The records below are split into lines. How many of those lines contain the string "AttachmentSupport"? Reply with the number only.

Stored data
——————————

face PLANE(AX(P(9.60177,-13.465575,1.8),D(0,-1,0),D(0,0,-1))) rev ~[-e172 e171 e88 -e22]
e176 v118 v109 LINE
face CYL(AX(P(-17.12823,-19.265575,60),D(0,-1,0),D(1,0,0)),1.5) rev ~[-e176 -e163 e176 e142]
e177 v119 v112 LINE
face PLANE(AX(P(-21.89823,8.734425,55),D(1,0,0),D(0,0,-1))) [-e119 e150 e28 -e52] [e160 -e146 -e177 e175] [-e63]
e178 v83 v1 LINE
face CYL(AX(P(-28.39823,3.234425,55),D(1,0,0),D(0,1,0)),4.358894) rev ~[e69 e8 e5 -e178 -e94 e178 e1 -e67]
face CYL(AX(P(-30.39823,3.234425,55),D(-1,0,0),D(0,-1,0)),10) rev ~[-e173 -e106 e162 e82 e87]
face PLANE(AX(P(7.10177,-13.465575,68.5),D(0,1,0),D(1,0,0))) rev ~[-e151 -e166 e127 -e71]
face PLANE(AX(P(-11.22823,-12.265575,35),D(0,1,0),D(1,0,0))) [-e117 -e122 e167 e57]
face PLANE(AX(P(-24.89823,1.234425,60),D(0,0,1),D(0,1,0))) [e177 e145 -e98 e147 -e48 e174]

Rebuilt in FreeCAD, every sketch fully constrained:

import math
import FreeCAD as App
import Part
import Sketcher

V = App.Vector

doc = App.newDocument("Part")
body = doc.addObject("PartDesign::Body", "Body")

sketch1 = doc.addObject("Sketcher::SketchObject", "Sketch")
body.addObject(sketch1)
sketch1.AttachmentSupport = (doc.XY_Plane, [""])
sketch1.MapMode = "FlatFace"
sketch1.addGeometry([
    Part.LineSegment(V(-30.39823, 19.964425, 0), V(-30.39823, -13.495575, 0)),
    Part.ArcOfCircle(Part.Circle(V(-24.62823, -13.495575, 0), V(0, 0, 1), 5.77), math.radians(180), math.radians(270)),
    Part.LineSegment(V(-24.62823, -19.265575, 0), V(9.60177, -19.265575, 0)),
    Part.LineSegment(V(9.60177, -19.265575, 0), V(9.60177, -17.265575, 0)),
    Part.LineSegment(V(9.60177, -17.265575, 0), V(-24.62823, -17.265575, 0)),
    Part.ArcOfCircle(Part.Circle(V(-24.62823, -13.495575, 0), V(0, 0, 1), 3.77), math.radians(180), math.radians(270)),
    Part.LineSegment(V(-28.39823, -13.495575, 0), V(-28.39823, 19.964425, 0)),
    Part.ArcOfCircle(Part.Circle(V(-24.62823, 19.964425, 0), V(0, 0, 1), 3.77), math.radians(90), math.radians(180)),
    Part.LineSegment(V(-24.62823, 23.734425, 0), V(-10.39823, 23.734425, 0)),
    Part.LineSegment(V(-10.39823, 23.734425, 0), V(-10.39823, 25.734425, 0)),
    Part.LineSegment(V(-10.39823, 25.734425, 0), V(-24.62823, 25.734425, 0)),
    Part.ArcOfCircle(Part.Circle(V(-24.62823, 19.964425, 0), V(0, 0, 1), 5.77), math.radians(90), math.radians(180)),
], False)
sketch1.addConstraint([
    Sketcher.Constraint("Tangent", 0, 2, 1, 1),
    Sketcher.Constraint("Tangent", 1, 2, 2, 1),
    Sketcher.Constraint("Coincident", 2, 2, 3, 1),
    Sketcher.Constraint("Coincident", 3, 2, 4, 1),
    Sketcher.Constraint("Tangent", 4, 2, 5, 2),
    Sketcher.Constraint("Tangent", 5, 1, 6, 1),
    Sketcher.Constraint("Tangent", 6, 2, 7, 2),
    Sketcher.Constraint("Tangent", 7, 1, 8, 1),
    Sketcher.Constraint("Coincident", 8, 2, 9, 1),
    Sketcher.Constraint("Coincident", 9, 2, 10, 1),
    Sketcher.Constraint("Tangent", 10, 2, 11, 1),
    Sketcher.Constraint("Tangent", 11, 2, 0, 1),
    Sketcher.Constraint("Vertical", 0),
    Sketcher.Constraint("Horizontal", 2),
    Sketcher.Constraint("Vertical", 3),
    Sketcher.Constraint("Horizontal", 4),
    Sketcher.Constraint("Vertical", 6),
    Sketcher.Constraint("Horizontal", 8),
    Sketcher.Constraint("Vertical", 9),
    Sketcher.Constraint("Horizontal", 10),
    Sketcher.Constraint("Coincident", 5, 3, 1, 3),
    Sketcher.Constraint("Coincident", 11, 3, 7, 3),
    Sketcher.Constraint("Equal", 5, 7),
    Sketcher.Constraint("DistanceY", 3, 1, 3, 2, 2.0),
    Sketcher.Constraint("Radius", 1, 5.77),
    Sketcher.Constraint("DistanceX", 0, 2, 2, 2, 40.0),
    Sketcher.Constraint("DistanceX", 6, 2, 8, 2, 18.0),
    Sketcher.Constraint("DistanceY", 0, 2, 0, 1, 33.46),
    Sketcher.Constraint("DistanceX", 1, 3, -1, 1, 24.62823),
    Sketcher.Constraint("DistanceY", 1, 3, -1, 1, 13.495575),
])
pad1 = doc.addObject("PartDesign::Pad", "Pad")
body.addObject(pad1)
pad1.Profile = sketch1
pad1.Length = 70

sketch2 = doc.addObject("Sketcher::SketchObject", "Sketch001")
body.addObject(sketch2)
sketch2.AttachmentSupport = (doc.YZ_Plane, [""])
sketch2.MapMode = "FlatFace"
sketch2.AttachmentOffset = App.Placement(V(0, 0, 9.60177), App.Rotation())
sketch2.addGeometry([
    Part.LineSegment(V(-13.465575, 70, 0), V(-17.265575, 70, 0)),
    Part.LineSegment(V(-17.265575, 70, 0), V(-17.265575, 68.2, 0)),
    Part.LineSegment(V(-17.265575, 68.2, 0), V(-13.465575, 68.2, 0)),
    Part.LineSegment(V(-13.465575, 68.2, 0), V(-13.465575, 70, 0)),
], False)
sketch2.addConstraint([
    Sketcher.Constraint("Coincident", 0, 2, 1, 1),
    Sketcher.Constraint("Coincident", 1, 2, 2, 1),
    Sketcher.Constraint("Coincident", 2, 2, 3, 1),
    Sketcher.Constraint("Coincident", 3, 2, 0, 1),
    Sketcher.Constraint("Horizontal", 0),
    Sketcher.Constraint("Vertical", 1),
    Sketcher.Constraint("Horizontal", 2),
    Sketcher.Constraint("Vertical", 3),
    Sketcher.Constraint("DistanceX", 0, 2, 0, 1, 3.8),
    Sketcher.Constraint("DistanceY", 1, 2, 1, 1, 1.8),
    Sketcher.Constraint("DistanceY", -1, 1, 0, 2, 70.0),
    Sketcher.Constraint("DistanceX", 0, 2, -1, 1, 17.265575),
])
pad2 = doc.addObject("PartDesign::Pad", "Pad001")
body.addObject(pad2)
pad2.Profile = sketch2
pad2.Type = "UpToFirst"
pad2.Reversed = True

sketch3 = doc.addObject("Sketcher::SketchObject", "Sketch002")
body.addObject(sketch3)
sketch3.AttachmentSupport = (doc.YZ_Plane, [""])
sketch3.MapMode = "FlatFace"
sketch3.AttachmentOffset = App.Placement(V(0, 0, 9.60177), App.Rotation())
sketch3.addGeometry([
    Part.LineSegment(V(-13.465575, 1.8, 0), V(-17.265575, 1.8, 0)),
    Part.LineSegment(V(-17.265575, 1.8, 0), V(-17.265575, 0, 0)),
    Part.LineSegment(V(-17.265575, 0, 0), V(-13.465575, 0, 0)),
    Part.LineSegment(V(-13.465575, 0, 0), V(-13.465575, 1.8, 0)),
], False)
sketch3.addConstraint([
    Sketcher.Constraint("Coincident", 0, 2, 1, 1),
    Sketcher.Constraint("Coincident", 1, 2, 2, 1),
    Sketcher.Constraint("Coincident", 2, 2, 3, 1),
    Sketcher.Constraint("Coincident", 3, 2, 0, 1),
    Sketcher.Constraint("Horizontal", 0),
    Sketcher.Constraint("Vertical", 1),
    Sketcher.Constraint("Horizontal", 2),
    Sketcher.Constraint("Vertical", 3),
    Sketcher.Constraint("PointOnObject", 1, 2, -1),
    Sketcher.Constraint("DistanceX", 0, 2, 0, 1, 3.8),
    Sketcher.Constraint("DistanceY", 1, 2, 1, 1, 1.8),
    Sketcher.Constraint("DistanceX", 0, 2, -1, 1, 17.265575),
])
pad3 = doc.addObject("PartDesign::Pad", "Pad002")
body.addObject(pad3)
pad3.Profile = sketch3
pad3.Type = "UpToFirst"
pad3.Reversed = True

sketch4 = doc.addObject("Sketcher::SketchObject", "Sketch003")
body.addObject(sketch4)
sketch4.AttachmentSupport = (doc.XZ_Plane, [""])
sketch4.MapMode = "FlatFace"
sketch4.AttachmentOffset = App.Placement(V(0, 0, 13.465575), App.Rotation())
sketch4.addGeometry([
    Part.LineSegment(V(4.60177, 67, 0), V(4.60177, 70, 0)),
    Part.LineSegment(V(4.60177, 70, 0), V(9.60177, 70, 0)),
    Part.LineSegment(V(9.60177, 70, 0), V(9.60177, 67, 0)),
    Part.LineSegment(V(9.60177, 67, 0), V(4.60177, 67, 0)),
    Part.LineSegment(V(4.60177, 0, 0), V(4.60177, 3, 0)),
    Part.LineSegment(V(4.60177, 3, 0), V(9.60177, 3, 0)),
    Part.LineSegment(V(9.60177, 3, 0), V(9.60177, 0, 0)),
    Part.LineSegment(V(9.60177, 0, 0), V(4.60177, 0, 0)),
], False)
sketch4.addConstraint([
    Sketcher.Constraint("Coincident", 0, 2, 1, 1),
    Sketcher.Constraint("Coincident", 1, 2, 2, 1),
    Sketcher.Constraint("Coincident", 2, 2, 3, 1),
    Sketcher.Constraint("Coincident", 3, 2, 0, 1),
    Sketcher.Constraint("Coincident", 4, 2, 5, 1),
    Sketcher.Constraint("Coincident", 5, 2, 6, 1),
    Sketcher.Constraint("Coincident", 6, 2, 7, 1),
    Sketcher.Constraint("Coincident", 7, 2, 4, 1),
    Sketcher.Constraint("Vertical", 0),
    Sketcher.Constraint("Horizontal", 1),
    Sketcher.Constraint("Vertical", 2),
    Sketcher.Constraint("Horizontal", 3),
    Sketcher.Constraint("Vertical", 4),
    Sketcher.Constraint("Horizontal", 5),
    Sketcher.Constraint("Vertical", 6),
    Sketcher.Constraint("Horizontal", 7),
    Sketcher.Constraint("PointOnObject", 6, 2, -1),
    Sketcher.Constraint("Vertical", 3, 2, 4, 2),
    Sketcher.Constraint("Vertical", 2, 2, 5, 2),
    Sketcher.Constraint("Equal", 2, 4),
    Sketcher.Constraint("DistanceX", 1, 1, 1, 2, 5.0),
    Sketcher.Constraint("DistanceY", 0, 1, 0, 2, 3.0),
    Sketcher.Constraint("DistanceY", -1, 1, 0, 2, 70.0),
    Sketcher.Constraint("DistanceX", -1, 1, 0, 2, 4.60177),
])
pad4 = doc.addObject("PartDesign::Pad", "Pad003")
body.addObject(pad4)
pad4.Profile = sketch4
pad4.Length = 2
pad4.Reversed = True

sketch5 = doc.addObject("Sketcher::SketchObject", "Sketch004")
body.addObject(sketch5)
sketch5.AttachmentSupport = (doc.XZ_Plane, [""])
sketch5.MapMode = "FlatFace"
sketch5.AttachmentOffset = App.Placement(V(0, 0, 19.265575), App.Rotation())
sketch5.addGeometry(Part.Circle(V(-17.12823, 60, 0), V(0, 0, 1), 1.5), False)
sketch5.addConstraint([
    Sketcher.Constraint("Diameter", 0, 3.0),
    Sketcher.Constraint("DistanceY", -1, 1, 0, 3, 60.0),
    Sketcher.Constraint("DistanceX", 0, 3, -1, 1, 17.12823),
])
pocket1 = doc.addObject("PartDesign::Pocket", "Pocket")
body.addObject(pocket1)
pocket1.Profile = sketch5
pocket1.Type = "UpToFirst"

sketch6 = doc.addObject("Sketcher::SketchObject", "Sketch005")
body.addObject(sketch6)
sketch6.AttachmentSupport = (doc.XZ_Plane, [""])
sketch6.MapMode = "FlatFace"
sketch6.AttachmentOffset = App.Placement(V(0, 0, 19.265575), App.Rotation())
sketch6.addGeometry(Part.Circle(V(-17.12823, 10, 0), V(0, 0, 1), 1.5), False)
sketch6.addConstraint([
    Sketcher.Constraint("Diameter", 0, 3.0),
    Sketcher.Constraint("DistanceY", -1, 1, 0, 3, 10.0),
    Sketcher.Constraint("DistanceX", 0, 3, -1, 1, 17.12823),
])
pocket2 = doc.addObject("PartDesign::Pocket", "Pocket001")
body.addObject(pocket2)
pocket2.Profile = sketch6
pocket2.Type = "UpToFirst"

——————————

§ Solution below: 6